Within the material below, find each line bearing the word "BuildSketch" and present it.

> **Available records**
[Start of Attachment]

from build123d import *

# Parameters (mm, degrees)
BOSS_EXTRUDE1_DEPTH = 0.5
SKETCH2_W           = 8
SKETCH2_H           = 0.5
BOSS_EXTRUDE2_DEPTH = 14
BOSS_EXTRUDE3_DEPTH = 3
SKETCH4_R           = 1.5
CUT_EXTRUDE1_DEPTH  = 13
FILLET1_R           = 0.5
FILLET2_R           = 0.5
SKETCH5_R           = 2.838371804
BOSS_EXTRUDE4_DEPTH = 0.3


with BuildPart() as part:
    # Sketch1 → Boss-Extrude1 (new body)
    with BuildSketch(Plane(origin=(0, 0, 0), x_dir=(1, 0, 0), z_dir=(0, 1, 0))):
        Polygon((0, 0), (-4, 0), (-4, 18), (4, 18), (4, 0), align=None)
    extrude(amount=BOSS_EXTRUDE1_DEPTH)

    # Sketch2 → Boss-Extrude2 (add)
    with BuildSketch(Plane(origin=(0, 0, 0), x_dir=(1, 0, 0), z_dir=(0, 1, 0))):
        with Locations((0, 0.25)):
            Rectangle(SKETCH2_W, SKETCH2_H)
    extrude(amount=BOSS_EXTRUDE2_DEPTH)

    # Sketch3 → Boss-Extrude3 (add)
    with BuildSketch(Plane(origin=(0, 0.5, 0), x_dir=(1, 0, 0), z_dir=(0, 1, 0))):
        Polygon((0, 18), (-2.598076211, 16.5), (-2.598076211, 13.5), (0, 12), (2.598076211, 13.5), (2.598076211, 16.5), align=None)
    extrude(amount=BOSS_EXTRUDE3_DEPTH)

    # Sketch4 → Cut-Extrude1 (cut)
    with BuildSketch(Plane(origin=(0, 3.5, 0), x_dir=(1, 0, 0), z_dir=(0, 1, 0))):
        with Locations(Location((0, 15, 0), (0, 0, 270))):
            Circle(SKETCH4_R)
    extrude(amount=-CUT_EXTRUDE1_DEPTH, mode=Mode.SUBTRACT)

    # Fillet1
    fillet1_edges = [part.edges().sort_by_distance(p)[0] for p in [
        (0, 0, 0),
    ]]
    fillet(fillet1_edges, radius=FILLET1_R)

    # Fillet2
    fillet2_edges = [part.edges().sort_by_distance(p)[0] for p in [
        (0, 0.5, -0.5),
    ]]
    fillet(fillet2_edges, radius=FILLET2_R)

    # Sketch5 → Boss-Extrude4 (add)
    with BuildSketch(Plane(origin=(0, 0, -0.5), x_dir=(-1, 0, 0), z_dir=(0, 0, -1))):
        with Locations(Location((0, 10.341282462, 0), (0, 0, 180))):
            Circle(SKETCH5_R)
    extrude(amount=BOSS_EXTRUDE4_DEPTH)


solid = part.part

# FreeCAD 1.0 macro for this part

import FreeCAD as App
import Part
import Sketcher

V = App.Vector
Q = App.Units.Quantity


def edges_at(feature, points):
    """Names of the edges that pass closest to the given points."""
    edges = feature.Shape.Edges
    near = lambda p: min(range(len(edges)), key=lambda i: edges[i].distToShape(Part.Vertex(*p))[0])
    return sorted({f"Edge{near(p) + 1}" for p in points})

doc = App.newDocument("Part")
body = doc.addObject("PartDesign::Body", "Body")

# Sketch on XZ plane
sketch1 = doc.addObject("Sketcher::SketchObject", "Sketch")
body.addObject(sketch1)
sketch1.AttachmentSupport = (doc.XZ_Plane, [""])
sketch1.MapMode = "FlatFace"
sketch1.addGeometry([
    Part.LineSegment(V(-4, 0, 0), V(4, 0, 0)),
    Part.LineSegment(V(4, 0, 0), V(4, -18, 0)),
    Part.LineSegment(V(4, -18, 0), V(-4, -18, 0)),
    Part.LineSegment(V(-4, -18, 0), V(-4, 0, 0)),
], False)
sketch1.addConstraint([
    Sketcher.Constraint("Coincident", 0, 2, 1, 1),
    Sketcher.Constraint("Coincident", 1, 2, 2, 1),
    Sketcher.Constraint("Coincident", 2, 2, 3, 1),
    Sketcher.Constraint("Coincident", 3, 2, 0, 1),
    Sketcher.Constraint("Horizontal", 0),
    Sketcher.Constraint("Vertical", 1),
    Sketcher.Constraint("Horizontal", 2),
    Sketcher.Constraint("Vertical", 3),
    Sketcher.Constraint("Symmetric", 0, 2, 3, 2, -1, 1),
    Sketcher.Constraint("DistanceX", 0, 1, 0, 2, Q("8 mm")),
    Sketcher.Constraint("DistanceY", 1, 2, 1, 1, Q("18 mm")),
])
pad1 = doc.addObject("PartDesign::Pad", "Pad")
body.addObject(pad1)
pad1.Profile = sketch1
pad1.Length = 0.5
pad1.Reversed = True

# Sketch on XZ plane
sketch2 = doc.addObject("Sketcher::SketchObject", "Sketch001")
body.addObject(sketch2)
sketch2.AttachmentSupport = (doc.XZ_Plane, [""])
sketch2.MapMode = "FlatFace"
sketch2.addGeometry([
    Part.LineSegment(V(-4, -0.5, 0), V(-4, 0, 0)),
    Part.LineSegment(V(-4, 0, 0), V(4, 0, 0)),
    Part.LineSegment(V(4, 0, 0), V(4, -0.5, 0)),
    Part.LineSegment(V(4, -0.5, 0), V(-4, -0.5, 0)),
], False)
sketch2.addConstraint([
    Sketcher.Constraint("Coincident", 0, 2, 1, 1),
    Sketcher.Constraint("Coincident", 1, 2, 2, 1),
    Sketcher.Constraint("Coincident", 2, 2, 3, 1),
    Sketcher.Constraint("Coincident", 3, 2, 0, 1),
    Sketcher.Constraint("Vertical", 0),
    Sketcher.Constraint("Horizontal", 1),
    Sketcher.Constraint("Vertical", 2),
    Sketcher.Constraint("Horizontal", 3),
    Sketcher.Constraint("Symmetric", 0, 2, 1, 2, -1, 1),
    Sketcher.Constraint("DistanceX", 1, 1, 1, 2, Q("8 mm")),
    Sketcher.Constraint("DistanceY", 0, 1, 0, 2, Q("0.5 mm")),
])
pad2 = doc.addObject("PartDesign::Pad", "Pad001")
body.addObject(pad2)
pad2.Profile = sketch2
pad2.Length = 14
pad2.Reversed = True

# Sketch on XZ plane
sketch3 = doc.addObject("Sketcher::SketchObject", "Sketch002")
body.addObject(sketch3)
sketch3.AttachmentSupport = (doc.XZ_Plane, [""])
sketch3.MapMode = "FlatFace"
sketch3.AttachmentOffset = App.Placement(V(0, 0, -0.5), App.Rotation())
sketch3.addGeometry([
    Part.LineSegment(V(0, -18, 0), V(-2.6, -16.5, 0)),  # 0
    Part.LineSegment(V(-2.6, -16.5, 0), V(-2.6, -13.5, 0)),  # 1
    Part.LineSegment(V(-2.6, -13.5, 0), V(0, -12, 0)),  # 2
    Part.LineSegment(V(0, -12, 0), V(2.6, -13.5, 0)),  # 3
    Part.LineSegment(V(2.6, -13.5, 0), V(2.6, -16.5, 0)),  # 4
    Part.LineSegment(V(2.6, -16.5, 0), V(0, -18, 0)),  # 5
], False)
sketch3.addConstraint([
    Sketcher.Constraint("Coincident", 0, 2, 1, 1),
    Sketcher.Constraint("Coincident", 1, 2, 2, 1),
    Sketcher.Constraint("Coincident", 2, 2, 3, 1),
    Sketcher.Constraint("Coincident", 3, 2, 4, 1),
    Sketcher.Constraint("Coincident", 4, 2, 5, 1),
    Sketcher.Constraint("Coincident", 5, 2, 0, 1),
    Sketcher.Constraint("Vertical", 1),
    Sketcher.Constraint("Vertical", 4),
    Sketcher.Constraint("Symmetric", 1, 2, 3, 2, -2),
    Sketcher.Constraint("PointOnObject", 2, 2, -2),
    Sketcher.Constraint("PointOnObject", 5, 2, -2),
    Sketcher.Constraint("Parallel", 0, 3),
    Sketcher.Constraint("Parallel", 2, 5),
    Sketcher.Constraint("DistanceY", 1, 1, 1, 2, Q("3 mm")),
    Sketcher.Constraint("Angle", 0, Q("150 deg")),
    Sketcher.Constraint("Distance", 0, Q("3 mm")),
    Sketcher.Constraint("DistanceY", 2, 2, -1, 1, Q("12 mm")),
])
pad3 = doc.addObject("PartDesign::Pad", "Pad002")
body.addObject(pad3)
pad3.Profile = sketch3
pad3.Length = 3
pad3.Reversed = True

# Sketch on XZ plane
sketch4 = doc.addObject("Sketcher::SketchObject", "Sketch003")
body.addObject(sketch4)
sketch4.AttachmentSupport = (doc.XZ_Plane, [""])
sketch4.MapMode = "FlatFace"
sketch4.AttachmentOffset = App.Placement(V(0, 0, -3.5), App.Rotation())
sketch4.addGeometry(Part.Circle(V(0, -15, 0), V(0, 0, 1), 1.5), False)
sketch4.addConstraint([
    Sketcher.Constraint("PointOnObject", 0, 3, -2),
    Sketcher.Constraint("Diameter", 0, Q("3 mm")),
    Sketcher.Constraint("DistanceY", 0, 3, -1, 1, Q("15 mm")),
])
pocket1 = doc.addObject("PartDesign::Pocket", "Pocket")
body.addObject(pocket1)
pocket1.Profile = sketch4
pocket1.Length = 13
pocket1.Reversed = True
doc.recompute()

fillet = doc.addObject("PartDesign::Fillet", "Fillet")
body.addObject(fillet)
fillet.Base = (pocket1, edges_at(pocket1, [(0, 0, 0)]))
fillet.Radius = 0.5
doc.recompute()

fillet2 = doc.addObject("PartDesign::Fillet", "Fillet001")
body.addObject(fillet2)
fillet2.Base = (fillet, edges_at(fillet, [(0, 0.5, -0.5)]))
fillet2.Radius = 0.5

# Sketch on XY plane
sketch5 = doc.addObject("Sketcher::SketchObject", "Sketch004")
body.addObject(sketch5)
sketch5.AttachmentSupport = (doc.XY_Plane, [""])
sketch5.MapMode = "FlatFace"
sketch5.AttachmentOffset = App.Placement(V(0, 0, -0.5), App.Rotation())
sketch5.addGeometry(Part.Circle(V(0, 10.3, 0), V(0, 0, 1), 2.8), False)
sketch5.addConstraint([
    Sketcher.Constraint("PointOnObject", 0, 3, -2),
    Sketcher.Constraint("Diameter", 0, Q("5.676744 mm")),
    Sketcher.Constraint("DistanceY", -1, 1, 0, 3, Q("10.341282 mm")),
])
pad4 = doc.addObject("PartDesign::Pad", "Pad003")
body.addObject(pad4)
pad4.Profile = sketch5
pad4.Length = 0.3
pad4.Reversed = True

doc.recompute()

[End of Attachment]

> **Result for this task**
    with BuildSketch(Plane(origin=(0, 0, 0), x_dir=(1, 0, 0), z_dir=(0, 1, 0))):
    with BuildSketch(Plane(origin=(0, 0, 0), x_dir=(1, 0, 0), z_dir=(0, 1, 0))):
    with BuildSketch(Plane(origin=(0, 0.5, 0), x_dir=(1, 0, 0), z_dir=(0, 1, 0))):
    with BuildSketch(Plane(origin=(0, 3.5, 0), x_dir=(1, 0, 0), z_dir=(0, 1, 0))):
    with BuildSketch(Plane(origin=(0, 0, -0.5), x_dir=(-1, 0, 0), z_dir=(0, 0, -1))):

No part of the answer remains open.